- TASK DIRECTIONS
Look through the entries below for the string "from", and copy each line where it is found.

[Stored items]
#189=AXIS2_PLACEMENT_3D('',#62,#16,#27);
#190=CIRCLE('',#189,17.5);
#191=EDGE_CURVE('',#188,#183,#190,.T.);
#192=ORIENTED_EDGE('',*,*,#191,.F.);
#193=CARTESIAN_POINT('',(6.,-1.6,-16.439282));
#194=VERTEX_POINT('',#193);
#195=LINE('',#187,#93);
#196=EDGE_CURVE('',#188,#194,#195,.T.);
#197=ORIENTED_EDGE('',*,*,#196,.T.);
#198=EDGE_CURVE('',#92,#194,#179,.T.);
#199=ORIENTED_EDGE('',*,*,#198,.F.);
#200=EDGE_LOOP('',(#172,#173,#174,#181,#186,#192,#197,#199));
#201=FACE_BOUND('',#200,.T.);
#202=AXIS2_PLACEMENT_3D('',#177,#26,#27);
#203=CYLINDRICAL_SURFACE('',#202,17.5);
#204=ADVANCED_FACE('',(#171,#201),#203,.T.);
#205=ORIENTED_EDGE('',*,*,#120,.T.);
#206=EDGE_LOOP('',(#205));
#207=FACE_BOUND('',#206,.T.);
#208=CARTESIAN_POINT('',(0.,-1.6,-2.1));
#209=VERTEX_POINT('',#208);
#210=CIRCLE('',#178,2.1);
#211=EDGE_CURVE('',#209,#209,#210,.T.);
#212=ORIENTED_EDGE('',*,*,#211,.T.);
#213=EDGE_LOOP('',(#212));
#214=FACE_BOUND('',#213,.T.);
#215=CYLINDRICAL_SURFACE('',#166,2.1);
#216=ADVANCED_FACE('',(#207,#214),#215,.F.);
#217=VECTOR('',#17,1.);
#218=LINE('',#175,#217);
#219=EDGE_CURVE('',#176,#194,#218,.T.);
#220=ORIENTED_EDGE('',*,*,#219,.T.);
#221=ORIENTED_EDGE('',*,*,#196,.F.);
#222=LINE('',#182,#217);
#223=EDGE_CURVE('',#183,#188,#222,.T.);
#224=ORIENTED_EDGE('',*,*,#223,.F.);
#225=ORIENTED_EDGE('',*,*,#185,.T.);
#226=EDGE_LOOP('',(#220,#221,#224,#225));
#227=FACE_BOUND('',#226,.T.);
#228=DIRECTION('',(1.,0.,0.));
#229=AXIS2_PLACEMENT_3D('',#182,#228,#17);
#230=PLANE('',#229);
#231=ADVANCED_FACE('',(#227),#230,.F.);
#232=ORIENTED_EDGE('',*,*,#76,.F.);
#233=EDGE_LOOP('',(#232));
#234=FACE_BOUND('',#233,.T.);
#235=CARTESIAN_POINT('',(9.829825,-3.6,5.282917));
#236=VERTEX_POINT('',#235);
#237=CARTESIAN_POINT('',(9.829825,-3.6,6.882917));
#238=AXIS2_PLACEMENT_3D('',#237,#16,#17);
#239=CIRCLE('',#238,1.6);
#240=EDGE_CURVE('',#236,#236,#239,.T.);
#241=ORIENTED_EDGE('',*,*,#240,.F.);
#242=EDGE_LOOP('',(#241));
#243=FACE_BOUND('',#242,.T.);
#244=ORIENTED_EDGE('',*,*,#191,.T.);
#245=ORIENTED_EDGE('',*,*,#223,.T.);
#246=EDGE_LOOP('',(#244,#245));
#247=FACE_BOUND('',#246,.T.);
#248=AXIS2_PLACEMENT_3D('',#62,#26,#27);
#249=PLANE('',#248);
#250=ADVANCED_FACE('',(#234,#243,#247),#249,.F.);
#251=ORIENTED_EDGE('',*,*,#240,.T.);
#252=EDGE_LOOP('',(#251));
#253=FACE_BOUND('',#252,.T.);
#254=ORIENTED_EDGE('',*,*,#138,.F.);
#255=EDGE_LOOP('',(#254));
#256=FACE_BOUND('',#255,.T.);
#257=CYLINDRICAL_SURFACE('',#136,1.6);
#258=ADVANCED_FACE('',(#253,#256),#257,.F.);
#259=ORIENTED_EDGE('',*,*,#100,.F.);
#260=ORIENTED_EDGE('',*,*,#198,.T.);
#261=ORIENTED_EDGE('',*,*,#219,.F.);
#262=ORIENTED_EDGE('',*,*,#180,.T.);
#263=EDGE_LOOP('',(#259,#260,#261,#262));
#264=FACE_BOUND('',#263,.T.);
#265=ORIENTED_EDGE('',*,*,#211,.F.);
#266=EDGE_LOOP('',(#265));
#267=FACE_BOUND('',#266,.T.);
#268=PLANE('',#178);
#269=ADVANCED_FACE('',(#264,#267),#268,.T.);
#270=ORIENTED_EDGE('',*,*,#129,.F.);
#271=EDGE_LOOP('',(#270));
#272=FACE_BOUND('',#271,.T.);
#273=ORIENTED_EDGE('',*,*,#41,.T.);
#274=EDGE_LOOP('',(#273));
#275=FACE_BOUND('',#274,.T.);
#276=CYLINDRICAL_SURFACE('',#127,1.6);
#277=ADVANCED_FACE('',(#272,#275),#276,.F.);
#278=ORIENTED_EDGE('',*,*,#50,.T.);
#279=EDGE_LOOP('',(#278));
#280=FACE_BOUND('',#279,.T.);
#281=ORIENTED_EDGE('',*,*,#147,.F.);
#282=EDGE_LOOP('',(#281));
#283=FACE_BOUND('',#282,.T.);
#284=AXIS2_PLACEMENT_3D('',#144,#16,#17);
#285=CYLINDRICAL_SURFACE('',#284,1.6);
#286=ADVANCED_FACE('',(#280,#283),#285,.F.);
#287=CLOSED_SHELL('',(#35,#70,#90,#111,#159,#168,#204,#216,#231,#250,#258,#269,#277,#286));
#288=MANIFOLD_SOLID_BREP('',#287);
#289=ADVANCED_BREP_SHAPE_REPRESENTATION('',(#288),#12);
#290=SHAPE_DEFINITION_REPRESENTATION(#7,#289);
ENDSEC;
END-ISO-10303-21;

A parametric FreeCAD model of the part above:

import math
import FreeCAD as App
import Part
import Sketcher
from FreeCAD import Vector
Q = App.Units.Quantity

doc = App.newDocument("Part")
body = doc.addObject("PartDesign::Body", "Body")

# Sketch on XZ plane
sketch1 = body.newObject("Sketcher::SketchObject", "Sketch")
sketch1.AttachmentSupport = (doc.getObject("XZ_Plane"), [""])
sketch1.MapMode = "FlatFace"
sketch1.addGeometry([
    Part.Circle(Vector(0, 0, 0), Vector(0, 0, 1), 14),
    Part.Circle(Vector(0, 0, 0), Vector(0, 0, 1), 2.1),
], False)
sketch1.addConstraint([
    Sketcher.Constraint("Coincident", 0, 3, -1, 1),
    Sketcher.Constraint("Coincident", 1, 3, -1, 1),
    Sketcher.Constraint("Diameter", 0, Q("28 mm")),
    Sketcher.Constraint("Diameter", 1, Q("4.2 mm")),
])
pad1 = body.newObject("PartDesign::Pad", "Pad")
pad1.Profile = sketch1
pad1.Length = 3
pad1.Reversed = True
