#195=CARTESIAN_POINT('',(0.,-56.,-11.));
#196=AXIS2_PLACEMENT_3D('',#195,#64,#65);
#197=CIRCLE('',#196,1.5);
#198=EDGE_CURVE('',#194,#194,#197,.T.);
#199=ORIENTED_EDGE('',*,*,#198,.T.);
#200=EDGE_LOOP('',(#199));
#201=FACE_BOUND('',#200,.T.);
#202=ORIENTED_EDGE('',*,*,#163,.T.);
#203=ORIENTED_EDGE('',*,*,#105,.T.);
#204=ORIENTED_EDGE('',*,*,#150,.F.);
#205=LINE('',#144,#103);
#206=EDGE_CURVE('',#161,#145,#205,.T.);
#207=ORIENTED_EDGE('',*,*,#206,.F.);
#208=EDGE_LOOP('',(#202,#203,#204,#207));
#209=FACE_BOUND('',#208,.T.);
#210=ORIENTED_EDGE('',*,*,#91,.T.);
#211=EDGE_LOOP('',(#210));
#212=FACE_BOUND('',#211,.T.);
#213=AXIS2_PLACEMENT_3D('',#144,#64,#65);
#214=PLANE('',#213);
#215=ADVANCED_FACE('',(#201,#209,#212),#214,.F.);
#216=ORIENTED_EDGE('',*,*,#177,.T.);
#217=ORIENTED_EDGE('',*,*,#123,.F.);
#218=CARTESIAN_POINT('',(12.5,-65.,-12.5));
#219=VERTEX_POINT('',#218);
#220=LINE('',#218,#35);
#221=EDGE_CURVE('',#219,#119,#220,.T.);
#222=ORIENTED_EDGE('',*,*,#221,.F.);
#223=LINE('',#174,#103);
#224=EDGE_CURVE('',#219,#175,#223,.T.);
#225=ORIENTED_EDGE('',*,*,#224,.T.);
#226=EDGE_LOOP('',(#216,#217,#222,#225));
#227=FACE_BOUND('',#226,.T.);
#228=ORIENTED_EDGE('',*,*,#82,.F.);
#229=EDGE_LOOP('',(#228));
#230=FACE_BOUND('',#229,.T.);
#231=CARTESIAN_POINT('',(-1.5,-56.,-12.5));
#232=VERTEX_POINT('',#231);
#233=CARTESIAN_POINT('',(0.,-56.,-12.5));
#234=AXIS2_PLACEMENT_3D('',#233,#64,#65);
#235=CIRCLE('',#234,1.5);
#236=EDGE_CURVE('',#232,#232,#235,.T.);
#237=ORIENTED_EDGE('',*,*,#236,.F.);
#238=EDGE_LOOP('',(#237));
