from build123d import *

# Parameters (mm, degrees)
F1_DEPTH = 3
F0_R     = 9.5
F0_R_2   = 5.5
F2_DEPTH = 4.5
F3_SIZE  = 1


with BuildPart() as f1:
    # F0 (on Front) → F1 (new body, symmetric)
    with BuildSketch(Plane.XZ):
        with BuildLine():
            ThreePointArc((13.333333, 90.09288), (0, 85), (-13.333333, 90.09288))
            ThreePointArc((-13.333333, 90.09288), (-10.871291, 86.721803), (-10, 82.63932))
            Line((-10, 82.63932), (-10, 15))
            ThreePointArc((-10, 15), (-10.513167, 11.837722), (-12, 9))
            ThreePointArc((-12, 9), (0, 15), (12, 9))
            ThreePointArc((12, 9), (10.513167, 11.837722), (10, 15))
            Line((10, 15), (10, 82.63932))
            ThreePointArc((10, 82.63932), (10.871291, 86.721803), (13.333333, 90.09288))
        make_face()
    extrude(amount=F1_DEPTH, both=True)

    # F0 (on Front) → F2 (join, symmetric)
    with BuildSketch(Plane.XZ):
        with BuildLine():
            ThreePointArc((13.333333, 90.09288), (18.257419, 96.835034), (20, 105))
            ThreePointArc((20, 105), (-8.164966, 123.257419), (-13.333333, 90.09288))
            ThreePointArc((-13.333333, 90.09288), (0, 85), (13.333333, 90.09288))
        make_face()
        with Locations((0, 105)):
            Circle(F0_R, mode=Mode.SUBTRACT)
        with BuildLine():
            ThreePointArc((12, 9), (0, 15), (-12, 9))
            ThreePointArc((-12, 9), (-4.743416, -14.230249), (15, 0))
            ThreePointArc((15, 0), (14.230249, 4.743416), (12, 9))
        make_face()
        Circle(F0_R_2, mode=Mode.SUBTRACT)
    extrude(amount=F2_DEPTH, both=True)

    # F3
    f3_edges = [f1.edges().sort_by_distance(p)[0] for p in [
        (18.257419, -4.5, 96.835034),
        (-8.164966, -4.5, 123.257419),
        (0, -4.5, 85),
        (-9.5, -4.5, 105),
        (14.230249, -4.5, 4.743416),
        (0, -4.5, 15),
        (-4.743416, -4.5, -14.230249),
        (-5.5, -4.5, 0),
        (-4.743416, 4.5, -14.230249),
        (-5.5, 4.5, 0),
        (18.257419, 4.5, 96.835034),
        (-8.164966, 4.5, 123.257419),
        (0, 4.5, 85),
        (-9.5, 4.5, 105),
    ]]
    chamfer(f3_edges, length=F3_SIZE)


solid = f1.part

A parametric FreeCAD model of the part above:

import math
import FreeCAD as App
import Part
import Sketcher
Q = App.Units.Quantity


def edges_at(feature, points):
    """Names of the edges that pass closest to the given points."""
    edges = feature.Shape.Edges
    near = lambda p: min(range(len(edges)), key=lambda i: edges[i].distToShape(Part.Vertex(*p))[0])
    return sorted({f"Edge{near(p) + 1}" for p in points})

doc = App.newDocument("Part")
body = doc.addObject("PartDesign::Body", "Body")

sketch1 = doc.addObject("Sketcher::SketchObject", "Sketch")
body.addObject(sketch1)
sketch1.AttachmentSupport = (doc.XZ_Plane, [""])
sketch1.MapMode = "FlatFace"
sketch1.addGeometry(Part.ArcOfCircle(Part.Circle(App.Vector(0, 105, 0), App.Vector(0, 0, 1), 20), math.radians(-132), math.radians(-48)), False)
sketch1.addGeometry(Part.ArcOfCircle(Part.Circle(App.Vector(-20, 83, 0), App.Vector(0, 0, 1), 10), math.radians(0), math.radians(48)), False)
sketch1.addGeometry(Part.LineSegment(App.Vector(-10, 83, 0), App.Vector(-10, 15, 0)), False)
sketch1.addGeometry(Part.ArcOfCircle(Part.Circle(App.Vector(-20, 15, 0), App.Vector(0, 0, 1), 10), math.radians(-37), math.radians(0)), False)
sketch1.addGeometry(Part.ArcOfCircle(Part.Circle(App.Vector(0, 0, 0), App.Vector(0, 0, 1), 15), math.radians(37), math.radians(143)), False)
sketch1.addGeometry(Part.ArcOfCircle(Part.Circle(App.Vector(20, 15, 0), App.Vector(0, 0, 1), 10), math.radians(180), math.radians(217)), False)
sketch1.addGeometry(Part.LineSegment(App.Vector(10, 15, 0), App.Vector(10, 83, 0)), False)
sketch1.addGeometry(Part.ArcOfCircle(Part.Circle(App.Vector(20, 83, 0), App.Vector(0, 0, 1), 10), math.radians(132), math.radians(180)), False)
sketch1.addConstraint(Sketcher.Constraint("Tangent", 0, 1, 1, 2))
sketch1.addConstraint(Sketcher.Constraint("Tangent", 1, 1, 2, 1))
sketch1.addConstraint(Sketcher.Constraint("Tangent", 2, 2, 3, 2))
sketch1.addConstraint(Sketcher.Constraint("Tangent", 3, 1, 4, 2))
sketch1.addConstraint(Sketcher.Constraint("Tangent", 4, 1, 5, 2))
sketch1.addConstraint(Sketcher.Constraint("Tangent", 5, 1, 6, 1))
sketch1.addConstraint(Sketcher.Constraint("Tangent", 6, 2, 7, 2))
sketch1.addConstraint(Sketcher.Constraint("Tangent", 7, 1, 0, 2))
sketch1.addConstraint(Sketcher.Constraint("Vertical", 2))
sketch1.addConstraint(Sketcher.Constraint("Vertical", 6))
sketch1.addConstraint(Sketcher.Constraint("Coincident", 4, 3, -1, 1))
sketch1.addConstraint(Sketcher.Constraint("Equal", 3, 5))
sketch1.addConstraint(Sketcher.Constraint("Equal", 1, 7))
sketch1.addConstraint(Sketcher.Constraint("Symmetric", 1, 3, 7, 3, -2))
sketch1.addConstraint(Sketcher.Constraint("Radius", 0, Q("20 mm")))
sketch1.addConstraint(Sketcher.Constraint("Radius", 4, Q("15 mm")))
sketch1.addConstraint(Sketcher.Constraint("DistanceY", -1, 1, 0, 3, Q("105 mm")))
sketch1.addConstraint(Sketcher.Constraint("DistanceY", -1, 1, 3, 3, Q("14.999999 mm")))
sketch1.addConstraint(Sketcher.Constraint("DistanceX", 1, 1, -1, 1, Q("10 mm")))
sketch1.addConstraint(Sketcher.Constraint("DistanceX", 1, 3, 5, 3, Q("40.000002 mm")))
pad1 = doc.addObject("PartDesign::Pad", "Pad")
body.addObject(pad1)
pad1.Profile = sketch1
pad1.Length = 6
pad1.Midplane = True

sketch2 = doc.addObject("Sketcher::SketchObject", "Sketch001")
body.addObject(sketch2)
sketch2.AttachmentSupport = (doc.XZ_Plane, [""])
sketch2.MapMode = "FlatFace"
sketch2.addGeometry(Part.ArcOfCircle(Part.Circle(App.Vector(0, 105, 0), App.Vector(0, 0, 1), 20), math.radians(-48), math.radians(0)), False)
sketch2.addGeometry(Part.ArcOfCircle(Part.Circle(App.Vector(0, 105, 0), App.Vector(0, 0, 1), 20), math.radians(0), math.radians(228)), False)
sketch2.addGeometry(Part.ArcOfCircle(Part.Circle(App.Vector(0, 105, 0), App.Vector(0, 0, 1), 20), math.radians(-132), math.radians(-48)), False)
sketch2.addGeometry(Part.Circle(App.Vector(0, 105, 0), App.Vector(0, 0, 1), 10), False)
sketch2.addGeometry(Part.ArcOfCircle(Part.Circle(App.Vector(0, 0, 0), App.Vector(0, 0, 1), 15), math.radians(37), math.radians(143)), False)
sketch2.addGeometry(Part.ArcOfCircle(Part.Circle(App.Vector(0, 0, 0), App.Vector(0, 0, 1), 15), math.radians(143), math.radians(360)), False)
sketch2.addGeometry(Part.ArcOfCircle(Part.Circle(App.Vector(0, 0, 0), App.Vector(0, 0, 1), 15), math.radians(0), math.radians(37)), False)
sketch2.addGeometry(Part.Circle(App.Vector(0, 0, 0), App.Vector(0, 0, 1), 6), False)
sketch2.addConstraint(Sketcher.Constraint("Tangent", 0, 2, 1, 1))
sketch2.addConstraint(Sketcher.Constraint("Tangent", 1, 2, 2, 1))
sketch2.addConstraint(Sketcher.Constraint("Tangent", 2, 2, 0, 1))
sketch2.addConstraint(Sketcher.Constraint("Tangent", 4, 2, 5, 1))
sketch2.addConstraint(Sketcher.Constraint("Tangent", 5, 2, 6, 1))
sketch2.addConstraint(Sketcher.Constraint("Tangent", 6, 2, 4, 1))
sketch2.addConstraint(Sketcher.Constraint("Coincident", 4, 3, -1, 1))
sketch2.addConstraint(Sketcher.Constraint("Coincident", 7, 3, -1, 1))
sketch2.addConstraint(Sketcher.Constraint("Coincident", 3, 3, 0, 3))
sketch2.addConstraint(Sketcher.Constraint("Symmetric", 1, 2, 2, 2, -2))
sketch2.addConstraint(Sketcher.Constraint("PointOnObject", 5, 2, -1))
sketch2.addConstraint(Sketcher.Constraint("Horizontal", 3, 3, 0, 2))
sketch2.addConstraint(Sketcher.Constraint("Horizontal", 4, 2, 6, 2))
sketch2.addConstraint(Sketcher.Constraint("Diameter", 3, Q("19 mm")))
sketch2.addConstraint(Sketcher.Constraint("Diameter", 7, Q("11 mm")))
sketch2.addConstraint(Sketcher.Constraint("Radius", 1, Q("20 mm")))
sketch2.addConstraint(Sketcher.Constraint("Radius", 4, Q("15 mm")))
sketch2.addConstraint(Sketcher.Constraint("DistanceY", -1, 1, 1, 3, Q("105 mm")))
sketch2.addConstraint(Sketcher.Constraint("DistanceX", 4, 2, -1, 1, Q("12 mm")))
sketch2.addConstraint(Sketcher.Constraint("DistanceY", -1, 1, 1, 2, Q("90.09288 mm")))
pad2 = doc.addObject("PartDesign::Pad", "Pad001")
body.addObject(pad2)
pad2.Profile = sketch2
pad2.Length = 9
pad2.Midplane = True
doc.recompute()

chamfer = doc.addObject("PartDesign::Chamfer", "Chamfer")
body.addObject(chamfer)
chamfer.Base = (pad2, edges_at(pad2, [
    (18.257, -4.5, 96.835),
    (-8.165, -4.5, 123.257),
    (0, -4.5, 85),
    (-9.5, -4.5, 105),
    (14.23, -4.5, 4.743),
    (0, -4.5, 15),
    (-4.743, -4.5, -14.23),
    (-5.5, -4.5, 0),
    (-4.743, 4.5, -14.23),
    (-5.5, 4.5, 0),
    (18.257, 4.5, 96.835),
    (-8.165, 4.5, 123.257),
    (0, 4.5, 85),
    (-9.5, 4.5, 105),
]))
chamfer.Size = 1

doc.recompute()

- RESPONSE TO THIS EXERCISE
from FreeCAD import Vector
from build123d import *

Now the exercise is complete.